# Guide | Rubik's Cube easy animated toturial (new!)



## maorshon (Nov 4, 2011)

How to solve a Rubik's Cube - beginners method with animations.

maorshon.


----------



## SpeedSolve (Nov 4, 2011)

Looks good to me. Not bad.


----------



## Ickenicke (Nov 4, 2011)

Yeah, it seems very easy for beginners to understand!


----------



## Olji (Nov 4, 2011)

Ah, I think I've seen this one before, you have posted it here before for us to review haven't you? 

The only problem I can see when I sift through the guide is that the pictures got some purple-ish red (Don't remember the name, but eastsheens have a color similar to that instead of orange), while the applets got a solid red, other than that I can't see any obvious problems.
Taking a read now.

EDIT:


Solving Guide said:


> If the *rubix* cube was solved and you just scrambled it, then it's OK.
> (...)
> The* rubix* cube notation helps to convey a sequence of moves through writing.
> (...)
> Solving the *Rubix* cube is made piece by piece, just like any other puzzle.

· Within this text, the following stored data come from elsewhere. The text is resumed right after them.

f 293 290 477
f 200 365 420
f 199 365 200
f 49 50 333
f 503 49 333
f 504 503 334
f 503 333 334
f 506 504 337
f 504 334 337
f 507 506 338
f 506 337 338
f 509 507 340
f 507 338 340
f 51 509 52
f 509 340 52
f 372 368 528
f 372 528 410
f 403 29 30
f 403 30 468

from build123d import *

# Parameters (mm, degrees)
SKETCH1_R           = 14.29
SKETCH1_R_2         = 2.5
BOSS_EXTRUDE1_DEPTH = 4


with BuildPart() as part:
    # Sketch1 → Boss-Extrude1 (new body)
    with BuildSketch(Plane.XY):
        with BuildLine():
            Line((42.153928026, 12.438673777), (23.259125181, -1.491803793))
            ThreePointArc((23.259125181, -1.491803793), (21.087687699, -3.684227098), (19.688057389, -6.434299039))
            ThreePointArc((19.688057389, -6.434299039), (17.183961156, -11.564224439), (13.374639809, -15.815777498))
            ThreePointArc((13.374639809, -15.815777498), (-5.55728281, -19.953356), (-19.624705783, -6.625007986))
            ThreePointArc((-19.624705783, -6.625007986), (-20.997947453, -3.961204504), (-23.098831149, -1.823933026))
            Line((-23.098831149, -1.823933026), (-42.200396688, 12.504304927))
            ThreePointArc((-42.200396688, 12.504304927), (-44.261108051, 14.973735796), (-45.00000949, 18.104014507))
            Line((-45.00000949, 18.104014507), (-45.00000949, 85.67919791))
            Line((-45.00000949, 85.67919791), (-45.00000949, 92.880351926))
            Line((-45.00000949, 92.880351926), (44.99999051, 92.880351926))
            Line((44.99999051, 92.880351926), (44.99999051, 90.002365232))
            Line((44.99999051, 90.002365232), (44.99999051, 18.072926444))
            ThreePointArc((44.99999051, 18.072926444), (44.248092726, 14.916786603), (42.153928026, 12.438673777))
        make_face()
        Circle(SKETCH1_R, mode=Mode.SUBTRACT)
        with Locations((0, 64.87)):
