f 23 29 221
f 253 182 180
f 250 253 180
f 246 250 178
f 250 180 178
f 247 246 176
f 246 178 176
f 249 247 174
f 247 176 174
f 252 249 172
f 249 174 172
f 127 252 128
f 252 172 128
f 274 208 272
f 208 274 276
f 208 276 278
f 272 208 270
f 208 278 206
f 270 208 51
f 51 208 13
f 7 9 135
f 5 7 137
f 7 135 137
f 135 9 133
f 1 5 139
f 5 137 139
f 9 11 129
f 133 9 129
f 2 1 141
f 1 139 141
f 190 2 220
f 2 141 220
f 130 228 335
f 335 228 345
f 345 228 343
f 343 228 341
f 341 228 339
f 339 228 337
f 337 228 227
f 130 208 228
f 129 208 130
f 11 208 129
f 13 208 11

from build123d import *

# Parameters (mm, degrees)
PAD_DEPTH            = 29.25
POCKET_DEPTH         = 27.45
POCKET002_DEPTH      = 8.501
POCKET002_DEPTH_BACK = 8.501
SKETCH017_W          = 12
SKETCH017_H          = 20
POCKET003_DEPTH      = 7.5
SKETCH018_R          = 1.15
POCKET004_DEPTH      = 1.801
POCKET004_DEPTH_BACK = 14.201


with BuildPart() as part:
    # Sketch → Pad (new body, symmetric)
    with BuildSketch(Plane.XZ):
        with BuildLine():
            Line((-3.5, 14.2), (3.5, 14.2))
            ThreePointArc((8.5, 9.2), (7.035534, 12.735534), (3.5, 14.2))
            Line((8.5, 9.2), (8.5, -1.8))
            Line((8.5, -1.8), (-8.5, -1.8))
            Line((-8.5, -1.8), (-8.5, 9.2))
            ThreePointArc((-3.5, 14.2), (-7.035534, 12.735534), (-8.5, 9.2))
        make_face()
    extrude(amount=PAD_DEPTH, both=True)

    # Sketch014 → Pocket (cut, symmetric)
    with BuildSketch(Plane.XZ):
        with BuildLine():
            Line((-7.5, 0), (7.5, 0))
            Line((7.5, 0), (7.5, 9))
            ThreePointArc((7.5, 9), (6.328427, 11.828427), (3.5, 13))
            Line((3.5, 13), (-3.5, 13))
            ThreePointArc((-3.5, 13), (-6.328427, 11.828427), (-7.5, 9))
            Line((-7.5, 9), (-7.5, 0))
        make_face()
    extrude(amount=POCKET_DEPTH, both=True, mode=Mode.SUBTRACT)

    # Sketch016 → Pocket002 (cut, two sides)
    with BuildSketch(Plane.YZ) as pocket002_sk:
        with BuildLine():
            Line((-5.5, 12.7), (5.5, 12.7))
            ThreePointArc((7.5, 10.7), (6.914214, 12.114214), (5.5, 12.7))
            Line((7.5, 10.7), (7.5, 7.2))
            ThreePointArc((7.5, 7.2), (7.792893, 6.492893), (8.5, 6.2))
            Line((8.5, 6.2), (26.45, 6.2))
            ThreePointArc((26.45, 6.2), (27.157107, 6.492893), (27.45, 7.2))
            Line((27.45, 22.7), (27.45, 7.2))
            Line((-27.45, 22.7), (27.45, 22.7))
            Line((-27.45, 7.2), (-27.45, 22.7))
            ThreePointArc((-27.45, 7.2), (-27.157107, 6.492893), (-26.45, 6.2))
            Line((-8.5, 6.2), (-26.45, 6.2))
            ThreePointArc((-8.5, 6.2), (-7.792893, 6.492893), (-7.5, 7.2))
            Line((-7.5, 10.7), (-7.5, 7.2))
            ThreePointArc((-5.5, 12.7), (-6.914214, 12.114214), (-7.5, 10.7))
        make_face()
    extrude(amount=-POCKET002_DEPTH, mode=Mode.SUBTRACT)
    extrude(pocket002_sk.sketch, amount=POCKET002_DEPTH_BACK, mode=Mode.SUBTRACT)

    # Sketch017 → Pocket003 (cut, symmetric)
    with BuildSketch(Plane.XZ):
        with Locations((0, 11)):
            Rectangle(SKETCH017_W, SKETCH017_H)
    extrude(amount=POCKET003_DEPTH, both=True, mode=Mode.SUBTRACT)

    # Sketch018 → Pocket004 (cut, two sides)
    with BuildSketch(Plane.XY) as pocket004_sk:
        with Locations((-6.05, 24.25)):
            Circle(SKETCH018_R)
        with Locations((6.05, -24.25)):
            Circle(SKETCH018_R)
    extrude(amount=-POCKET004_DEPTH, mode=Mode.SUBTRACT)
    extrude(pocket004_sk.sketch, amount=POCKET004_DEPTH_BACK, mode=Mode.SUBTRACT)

Maybe want to fix those errors. 

A minor error I found, may be more:


Solving Guide: Step 4 said:


> In this step, for the first time we won't completely solve the pieces *B*ut only orient them correctly.

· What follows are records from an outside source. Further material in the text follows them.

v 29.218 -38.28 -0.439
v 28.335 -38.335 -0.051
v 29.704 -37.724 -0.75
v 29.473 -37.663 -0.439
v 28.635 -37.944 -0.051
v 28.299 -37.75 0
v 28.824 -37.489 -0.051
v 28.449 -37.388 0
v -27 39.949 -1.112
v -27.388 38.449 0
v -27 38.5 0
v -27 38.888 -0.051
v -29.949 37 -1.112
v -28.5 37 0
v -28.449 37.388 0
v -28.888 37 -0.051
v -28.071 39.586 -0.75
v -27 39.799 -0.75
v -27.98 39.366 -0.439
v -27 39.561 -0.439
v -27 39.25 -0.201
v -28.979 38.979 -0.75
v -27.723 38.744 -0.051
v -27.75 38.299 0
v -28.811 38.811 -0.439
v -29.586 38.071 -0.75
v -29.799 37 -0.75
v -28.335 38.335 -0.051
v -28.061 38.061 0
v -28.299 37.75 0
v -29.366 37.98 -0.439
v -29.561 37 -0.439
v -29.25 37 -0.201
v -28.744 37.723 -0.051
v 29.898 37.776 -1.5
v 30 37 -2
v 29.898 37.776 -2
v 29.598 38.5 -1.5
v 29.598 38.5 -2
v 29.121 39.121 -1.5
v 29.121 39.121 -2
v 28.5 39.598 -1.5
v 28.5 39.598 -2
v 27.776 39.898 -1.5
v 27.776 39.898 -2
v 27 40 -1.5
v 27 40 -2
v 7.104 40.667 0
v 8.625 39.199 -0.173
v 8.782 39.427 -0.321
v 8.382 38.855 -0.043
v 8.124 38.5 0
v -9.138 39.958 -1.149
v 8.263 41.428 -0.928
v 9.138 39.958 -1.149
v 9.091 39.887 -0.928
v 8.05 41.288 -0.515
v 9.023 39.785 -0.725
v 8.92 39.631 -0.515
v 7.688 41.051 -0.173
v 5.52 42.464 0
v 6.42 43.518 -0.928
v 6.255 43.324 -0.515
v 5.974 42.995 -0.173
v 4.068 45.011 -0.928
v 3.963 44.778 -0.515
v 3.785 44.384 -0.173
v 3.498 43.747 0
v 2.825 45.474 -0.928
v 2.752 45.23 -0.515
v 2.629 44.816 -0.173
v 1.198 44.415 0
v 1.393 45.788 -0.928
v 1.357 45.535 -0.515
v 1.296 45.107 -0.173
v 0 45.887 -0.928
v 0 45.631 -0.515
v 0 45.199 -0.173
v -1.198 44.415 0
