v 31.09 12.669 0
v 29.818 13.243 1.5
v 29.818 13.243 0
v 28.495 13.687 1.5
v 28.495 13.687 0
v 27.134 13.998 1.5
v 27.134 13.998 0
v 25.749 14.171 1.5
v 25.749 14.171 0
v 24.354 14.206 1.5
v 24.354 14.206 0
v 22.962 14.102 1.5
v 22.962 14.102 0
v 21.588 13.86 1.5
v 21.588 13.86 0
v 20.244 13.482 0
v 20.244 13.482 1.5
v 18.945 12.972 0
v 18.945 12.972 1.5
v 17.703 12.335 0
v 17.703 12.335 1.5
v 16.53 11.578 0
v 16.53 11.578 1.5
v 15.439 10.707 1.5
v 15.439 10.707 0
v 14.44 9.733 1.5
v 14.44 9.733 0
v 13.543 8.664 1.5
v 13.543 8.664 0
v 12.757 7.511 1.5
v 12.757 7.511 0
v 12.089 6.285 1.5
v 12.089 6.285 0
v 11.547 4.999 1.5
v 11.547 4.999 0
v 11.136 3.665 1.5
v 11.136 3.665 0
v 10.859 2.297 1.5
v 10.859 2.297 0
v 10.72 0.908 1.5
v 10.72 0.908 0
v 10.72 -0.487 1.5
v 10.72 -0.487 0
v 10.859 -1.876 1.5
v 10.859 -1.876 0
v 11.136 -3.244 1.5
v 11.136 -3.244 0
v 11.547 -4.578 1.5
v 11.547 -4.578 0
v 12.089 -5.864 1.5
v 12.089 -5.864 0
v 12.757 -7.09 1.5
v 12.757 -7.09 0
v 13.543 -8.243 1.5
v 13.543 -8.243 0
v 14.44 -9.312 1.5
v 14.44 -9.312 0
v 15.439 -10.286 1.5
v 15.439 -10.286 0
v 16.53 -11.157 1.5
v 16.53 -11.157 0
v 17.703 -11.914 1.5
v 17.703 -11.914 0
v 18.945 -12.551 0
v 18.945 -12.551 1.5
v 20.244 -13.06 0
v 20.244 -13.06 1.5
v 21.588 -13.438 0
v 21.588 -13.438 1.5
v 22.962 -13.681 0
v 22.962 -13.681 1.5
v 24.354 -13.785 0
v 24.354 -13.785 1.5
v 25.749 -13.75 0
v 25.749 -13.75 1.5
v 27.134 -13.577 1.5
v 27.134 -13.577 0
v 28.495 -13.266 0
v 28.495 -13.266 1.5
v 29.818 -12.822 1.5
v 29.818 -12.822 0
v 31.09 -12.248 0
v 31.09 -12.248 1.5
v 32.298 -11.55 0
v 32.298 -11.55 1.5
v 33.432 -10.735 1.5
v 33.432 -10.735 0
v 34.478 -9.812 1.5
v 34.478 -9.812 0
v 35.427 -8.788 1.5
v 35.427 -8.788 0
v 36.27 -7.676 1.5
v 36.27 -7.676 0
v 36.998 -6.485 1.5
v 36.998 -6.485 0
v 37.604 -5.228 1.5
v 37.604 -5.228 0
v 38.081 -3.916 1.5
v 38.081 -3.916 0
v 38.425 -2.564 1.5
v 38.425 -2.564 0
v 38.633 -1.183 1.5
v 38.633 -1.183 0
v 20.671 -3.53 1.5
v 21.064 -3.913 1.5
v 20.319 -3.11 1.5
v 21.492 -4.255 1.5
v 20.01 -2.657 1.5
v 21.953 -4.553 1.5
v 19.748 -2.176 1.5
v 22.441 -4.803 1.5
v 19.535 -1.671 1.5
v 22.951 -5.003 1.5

Solving Guide: Step 6 said:


> In this step our goal is to orient the four corner pieces of the last layer, the *one's* we have just located.


I'm not a native English speaker, so I may be wrong, but it feels like the apostrophe should not be there, someone who knows this stuff can feel free to correct me.
[QUOTE:"Solving Guide: Last paragraph"]Congratulations!!You made it![/QUOTE]
Space is missing, don't know if it's intentional though. 
Oh, and on the "5 Tips to solve a Rubik's Cube faster" section, you can also add cross on bottom, maybe integrate it into the look ahead section... And feel free to correct this: 


5 Tips thingie said:


> If you don't know yet how to solve a Rubik's cube or forgot it, here is the How to Solve a *Rubix* Cube Guide.

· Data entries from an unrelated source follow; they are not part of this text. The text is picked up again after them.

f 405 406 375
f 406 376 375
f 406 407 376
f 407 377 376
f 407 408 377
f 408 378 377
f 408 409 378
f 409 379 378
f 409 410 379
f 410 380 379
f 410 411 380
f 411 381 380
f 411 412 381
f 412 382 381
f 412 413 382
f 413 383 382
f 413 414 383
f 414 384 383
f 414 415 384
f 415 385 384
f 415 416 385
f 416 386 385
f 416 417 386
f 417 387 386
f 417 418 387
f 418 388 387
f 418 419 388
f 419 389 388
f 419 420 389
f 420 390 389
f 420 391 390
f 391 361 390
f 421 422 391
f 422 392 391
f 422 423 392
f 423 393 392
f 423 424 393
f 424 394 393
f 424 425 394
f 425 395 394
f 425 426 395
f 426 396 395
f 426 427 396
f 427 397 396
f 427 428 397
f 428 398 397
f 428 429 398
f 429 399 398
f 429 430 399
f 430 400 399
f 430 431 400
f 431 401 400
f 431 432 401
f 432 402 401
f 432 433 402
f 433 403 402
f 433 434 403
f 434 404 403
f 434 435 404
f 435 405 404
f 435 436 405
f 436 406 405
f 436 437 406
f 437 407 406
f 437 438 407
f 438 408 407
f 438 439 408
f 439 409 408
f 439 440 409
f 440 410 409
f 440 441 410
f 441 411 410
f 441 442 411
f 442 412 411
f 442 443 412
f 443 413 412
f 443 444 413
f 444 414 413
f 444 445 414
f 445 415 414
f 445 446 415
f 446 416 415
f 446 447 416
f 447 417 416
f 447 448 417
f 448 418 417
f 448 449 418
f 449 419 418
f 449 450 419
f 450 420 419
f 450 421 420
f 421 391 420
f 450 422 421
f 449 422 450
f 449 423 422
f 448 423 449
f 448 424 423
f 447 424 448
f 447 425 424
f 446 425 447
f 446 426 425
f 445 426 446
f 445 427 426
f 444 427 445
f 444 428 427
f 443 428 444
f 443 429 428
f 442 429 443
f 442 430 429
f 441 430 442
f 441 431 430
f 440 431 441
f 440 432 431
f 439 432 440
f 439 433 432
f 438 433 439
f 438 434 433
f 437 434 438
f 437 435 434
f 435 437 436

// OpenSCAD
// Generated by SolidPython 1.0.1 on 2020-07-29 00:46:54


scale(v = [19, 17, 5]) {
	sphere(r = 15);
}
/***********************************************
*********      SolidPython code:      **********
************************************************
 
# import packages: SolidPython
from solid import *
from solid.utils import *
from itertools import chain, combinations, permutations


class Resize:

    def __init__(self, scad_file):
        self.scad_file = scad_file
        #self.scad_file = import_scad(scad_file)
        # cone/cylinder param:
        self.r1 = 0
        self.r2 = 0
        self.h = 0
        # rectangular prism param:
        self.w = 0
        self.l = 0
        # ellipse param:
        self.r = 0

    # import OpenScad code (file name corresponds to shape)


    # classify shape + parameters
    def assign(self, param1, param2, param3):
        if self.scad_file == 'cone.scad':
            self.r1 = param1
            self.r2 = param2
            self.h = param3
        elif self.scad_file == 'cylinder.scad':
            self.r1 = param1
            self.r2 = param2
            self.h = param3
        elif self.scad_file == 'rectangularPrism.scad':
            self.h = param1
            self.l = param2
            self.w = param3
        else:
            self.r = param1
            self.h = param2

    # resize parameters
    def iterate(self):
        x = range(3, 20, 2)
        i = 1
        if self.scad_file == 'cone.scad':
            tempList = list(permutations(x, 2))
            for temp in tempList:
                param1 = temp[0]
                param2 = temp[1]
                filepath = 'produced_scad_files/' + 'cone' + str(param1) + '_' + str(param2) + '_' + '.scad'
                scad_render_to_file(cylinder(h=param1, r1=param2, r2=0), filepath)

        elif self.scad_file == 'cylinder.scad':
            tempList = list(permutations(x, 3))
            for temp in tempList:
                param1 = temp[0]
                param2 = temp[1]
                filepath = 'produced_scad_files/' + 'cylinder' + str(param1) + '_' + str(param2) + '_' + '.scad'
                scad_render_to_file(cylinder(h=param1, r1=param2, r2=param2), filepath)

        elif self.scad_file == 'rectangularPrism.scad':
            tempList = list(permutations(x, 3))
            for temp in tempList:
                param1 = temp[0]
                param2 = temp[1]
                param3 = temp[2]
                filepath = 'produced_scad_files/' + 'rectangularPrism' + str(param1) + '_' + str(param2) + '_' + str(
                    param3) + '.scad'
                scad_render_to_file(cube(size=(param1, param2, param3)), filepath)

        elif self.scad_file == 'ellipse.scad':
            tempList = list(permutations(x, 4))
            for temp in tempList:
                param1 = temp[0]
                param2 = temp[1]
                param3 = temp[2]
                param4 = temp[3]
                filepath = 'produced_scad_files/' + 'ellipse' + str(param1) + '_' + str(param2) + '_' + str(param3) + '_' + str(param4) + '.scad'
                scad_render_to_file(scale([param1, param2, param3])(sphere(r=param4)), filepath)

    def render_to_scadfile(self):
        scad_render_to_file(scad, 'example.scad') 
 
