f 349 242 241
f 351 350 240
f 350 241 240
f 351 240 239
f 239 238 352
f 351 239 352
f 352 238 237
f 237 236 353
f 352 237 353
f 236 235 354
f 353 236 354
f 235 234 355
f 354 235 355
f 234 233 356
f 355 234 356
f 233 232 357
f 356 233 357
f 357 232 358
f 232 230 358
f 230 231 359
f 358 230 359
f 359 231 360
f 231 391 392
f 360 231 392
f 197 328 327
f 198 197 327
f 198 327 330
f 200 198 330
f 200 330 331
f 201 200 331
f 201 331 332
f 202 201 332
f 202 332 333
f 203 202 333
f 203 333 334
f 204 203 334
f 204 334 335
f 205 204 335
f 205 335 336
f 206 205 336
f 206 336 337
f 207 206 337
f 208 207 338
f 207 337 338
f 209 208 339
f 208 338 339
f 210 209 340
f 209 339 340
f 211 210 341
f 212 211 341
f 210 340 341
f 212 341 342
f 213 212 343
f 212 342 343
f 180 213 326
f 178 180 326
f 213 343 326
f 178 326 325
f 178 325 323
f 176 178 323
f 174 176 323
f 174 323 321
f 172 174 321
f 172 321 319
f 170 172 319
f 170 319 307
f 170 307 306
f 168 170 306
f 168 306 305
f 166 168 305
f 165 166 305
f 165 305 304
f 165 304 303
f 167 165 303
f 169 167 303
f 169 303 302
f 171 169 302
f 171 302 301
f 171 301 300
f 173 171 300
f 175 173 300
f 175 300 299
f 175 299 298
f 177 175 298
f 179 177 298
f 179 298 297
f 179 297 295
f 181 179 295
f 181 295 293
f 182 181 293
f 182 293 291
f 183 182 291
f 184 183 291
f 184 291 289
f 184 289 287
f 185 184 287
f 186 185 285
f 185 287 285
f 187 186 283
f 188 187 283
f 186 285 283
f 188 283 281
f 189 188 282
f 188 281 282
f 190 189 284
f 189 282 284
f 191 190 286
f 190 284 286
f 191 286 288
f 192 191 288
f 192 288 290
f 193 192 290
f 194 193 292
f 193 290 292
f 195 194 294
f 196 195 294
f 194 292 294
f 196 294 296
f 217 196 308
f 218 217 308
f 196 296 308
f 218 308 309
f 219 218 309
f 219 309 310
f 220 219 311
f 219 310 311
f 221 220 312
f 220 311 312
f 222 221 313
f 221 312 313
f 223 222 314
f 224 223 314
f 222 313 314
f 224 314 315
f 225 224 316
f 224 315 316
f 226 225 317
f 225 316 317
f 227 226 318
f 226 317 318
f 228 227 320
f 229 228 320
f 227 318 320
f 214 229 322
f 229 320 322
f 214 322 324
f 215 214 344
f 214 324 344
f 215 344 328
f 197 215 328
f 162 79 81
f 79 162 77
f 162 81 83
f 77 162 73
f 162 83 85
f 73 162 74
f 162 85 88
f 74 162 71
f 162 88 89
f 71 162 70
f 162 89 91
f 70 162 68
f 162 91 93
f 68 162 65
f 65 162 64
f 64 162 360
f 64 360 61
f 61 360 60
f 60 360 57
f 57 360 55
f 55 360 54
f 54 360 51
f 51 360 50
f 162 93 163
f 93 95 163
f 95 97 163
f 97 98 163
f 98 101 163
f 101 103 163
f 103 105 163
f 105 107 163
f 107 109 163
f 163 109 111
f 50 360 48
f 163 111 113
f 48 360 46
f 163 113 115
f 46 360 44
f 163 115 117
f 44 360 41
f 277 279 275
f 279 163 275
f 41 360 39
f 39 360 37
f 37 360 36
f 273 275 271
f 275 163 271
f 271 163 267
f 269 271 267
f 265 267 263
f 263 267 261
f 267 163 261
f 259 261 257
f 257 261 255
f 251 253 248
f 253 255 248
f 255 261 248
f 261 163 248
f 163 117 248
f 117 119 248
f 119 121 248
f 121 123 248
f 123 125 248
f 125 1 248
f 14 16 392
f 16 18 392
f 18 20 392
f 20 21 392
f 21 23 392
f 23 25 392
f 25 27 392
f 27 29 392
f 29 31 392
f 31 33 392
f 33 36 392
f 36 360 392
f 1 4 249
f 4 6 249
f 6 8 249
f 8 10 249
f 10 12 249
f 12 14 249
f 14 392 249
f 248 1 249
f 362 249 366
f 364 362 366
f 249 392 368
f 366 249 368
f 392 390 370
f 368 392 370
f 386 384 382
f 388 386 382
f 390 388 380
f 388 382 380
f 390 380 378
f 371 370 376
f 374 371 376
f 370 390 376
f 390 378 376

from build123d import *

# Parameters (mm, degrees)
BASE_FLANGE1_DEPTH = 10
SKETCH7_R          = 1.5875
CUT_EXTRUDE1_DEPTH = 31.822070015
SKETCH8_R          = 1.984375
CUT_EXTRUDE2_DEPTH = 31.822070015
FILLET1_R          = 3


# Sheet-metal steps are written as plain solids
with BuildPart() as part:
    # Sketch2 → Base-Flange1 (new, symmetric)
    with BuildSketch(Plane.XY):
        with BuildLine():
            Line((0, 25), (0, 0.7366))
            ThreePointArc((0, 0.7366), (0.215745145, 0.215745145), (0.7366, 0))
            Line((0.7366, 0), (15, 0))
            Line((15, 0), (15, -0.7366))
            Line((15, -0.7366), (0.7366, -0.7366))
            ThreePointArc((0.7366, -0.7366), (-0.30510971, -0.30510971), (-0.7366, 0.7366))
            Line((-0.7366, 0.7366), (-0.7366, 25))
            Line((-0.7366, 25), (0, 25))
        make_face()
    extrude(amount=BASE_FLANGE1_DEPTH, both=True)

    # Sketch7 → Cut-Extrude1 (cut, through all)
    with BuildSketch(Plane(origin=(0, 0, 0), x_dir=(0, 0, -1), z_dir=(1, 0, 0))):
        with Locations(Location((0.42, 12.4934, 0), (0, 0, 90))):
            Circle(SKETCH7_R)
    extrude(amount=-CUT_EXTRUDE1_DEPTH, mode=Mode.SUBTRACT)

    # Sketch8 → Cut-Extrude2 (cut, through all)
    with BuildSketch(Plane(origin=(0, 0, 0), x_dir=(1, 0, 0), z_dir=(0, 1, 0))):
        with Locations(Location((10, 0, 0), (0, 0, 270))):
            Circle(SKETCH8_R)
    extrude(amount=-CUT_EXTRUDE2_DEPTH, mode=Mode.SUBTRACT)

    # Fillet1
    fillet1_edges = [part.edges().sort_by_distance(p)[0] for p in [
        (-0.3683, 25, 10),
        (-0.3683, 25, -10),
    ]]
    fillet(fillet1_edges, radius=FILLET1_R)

Overall it's a good guide with some minor errors, I also noticed that you changed from using the word algorithm to using the term "alg", I didn't see some text explaining that these two is the same (although I didn't read it properly), some people can get confused by that.

And maybe you should add that your 7.63 solution is not achieved with that method you're teaching in the guide, but a more advanced variation of it.


----------



## maorshon (Nov 4, 2011)

Thanks for your quality feedback! Really appreciated..


----------



## Olji (Nov 4, 2011)

No problem, had nothing to do, so I guessed I could help you out with your guide.


----------



## 5BLD (Nov 4, 2011)

Nice guide, where did you get the applets?


----------



## PandaCuber (Nov 4, 2011)

How did you get the animated cubes?


----------



## CUB3R01 (Nov 4, 2011)

This is really picky but I feel like the last two words should be "happen soon!" instead of "soon happen!" The tutorial is great though! Good job!


----------



## Lucas Garron (Nov 4, 2011)

- You show them how to solve the first layer on top.
- You make several assumptions that they'll understand something a certain way because cubers understand it that way. This is a hard problem to solve, but your tutorial is not especially good at it.
- You use a few non-standard algs.
- The presentation doesn't look very polished.
- Your English is not very clear, and you even write "Rubix Cube" all over the place. Toturial?
- The 7.63 solve looks rather lucky. Not necessarily fake, but pretty suspicious for some anonymous channel with one video.

I would never recommend this to anyone if I wanted them to learn a good/easy solution. Your solution doesn't look particularly easy, nor does "animated" help much.

Doesn't mean you can't improve it, though.

(Also, this is a link to a guide, not a guide itself. Moving out of the How-To's/Guides subforum.)


----------



## spyr0th3dr4g0n (Nov 7, 2011)

Just to be picky,
Ctrl + F for rubix brings ups 6 results


> The Rubik's cube is a 3D mechanical puzzle which *was* invented more than 30 years ago and *is* considered the most common toy *of* all *time*, still only *a* few people *know* how to solve a Rubiks cube. Is *it* really so hard? Definitely not!! All you need is a scrambled cube, and by following this step by step guide, you'll shortly find yourself with a solved *rubiks* cube in your hands. Let's get to work!
> 
> Important! *A* Rubiks Cube that *has been* disassembled and reassembled again scrambled could be unsolvable. If the *rubiks* cube was solved and you just scrambled it, then it's OK. If you're not sure about it just disassemble the cube or take out the stickers(seriously?) and reassemble it solved, than scramble it with your hands and you *are* ready to go!





> Solving the *Rubiks* cube is *done* piece by piece, just like any other puzzle. Therefore the solution is divided into steps, each of which solves *a* number of pieces without destroying the ones *solved by* previous *steps*.


----------